WHAT THIS TASK INVOLVES:
Retype the material exactly, ending with the line containing "#318=ORIENTED_EDGE('',*,*,#265,.F.);".

---*---

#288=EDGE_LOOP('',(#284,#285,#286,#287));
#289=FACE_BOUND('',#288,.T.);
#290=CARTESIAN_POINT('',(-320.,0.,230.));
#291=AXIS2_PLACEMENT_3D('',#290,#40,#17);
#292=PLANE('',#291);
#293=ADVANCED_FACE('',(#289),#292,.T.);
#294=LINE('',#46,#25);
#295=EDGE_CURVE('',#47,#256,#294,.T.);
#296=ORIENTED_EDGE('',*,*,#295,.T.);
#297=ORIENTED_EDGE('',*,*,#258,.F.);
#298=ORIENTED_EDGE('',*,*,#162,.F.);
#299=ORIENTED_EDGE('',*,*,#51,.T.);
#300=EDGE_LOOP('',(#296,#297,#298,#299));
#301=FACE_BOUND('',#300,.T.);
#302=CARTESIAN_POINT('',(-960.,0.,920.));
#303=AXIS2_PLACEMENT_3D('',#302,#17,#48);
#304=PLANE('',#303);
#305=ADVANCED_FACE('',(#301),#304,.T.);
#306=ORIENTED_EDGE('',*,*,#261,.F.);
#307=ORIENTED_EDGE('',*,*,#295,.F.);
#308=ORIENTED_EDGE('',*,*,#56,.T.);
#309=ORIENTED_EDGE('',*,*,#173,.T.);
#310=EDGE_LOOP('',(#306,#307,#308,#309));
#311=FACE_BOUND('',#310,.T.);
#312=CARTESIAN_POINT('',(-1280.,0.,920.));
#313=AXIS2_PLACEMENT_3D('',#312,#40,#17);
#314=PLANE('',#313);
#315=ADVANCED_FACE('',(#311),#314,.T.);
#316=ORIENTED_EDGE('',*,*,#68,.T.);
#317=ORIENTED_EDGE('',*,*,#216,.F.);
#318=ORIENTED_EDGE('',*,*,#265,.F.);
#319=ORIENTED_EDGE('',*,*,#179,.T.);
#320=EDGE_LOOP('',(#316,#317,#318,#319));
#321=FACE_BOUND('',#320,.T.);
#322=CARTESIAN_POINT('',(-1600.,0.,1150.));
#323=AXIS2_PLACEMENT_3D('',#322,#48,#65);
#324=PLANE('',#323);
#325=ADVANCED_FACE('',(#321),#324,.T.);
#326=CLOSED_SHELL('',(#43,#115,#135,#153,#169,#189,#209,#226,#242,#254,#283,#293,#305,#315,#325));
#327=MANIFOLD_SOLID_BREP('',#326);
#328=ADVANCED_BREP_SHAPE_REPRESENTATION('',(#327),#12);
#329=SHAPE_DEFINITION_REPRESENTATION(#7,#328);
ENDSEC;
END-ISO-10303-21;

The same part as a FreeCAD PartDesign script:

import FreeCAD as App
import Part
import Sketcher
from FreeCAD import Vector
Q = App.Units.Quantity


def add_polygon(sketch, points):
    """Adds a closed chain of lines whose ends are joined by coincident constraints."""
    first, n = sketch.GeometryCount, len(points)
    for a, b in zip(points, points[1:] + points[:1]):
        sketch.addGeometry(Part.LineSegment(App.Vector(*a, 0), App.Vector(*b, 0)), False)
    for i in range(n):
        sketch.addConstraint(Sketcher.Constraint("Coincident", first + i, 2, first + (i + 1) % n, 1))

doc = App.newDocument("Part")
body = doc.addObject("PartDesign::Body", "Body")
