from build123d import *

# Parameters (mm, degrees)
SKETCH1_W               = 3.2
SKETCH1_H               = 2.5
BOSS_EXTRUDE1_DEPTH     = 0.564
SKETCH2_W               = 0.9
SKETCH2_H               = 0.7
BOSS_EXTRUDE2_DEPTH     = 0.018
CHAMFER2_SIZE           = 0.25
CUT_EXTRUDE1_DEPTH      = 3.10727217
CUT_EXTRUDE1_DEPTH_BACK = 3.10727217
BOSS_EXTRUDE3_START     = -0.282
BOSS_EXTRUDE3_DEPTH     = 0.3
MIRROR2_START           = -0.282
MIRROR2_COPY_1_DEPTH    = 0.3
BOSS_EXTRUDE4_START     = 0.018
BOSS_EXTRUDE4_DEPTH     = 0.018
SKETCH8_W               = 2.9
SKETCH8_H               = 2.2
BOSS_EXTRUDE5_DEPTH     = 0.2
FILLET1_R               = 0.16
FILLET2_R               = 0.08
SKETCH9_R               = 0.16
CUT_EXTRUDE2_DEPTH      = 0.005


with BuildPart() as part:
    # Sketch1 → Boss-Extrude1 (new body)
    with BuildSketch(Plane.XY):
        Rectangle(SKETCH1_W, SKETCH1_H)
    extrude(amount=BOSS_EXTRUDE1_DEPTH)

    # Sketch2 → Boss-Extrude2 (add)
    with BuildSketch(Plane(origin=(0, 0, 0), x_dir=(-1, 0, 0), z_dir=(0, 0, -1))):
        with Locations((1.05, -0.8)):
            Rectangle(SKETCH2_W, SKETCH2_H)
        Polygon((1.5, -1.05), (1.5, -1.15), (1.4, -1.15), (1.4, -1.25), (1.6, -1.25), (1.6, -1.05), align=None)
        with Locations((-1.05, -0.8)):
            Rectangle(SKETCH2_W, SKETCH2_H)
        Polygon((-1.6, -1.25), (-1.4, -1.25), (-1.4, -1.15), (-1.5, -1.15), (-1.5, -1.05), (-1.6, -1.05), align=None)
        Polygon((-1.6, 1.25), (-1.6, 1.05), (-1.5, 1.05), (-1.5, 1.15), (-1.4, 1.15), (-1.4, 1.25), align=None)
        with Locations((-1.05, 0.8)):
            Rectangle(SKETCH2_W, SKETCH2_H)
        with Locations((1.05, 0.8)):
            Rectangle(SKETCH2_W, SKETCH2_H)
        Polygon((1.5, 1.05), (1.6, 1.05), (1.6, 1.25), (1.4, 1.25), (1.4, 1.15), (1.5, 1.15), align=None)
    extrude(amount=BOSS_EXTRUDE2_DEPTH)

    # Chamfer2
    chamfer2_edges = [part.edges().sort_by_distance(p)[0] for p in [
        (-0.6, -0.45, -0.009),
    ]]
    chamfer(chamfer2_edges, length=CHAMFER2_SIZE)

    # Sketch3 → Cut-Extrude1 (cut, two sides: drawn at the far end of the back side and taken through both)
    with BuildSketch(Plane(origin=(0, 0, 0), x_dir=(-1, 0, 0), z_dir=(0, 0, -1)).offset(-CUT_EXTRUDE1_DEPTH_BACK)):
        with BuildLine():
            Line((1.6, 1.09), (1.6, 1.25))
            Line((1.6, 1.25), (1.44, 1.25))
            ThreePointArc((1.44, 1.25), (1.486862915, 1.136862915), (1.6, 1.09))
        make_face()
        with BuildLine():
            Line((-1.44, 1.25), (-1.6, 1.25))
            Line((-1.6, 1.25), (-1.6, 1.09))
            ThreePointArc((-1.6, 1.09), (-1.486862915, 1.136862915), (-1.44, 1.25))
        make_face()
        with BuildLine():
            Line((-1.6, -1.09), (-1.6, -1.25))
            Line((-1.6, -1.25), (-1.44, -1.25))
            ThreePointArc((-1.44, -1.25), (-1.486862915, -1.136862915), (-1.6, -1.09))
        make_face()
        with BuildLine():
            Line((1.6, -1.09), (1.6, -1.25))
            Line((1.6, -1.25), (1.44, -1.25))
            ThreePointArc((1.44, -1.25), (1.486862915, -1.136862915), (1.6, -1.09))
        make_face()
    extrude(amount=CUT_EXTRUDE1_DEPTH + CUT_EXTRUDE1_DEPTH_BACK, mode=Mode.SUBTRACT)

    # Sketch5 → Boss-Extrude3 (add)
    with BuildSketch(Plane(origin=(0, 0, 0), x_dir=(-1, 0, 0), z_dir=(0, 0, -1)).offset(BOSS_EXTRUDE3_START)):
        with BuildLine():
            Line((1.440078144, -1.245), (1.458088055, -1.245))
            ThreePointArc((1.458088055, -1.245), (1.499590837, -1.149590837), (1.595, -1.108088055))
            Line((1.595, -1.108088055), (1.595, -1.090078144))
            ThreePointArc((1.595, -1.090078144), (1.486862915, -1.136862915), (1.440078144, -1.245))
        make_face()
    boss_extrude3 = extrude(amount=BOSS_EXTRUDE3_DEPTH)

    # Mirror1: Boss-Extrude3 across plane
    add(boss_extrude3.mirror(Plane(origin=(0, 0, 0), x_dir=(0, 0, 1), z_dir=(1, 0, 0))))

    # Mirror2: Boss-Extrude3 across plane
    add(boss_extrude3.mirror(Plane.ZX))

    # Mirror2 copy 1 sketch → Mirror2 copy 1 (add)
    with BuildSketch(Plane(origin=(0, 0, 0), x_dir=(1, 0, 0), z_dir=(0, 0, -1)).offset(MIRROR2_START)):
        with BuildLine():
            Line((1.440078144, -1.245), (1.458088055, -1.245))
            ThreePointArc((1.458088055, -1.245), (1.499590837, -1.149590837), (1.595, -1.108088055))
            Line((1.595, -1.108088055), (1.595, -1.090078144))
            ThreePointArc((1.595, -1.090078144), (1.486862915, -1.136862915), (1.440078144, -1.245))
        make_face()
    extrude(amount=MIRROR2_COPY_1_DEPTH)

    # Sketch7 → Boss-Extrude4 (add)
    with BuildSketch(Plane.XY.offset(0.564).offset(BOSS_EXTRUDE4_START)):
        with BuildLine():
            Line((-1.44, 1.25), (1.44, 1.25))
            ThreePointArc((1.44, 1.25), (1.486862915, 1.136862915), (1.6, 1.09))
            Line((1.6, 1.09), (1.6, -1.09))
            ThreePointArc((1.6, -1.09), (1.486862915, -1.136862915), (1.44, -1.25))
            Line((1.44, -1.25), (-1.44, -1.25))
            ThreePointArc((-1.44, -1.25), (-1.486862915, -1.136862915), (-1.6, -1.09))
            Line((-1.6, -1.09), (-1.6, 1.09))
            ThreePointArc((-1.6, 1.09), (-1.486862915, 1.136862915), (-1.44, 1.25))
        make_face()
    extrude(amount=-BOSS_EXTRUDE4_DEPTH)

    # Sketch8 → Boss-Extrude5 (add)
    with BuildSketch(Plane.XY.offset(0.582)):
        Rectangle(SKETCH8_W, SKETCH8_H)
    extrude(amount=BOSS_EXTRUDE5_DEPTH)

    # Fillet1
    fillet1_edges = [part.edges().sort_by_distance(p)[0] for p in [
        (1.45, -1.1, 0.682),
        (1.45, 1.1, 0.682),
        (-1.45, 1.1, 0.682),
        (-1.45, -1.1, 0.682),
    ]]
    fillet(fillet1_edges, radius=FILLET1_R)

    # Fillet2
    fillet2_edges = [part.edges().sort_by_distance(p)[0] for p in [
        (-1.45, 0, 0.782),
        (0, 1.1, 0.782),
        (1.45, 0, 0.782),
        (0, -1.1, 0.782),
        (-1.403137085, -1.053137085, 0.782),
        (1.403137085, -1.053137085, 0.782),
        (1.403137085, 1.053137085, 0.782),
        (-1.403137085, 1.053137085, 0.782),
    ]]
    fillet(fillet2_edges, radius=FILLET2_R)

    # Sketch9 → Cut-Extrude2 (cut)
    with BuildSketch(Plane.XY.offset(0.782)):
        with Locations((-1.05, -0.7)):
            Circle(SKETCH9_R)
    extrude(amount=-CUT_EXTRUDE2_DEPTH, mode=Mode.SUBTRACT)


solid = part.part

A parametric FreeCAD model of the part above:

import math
import FreeCAD as App
import Part
import Sketcher
from FreeCAD import Vector
Q = App.Units.Quantity


def edges_at(feature, points):
    """Names of the edges that pass closest to the given points."""
    edges = feature.Shape.Edges
    near = lambda p: min(range(len(edges)), key=lambda i: edges[i].distToShape(Part.Vertex(*p))[0])
    return sorted({f"Edge{near(p) + 1}" for p in points})


def add_polygon(sketch, points):
    """Adds a closed chain of lines whose ends are joined by coincident constraints."""
    first, n = sketch.GeometryCount, len(points)
    for a, b in zip(points, points[1:] + points[:1]):
        sketch.addGeometry(Part.LineSegment(App.Vector(*a, 0), App.Vector(*b, 0)), False)
    for i in range(n):
        sketch.addConstraint(Sketcher.Constraint("Coincident", first + i, 2, first + (i + 1) % n, 1))

doc = App.newDocument("Part")
body = doc.addObject("PartDesign::Body", "Body")

sketch1 = body.newObject("Sketcher::SketchObject", "Sketch")
sketch1.AttachmentSupport = (doc.getObject("XY_Plane"), [""])
sketch1.MapMode = "FlatFace"
add_polygon(sketch1, [(-1.6, 1.2), (-1.6, -1.2), (1.6, -1.2), (1.6, 1.2)])
sketch1.addConstraint(Sketcher.Constraint("Vertical", 0))
sketch1.addConstraint(Sketcher.Constraint("Horizontal", 1))
sketch1.addConstraint(Sketcher.Constraint("Vertical", 2))
sketch1.addConstraint(Sketcher.Constraint("Horizontal", 3))
sketch1.addConstraint(Sketcher.Constraint("Symmetric", 0, 2, 2, 2, -1, 1))
sketch1.addConstraint(Sketcher.Constraint("DistanceX", 1, 1, 1, 2, Q("3.2 mm")))
sketch1.addConstraint(Sketcher.Constraint("DistanceY", 0, 2, 0, 1, Q("2.5 mm")))
pad1 = body.newObject("PartDesign::Pad", "Pad")
pad1.Profile = sketch1
pad1.Length = 0.564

---*---

RESULT FOR THIS TASK:
#288=EDGE_LOOP('',(#284,#285,#286,#287));
#289=FACE_BOUND('',#288,.T.);
#290=CARTESIAN_POINT('',(-320.,0.,230.));
#291=AXIS2_PLACEMENT_3D('',#290,#40,#17);
#292=PLANE('',#291);
#293=ADVANCED_FACE('',(#289),#292,.T.);
#294=LINE('',#46,#25);
#295=EDGE_CURVE('',#47,#256,#294,.T.);
#296=ORIENTED_EDGE('',*,*,#295,.T.);
#297=ORIENTED_EDGE('',*,*,#258,.F.);
#298=ORIENTED_EDGE('',*,*,#162,.F.);
#299=ORIENTED_EDGE('',*,*,#51,.T.);
#300=EDGE_LOOP('',(#296,#297,#298,#299));
#301=FACE_BOUND('',#300,.T.);
#302=CARTESIAN_POINT('',(-960.,0.,920.));
#303=AXIS2_PLACEMENT_3D('',#302,#17,#48);
#304=PLANE('',#303);
#305=ADVANCED_FACE('',(#301),#304,.T.);
#306=ORIENTED_EDGE('',*,*,#261,.F.);
#307=ORIENTED_EDGE('',*,*,#295,.F.);
#308=ORIENTED_EDGE('',*,*,#56,.T.);
#309=ORIENTED_EDGE('',*,*,#173,.T.);
#310=EDGE_LOOP('',(#306,#307,#308,#309));
#311=FACE_BOUND('',#310,.T.);
#312=CARTESIAN_POINT('',(-1280.,0.,920.));
#313=AXIS2_PLACEMENT_3D('',#312,#40,#17);
#314=PLANE('',#313);
#315=ADVANCED_FACE('',(#311),#314,.T.);
#316=ORIENTED_EDGE('',*,*,#68,.T.);
#317=ORIENTED_EDGE('',*,*,#216,.F.);
#318=ORIENTED_EDGE('',*,*,#265,.F.);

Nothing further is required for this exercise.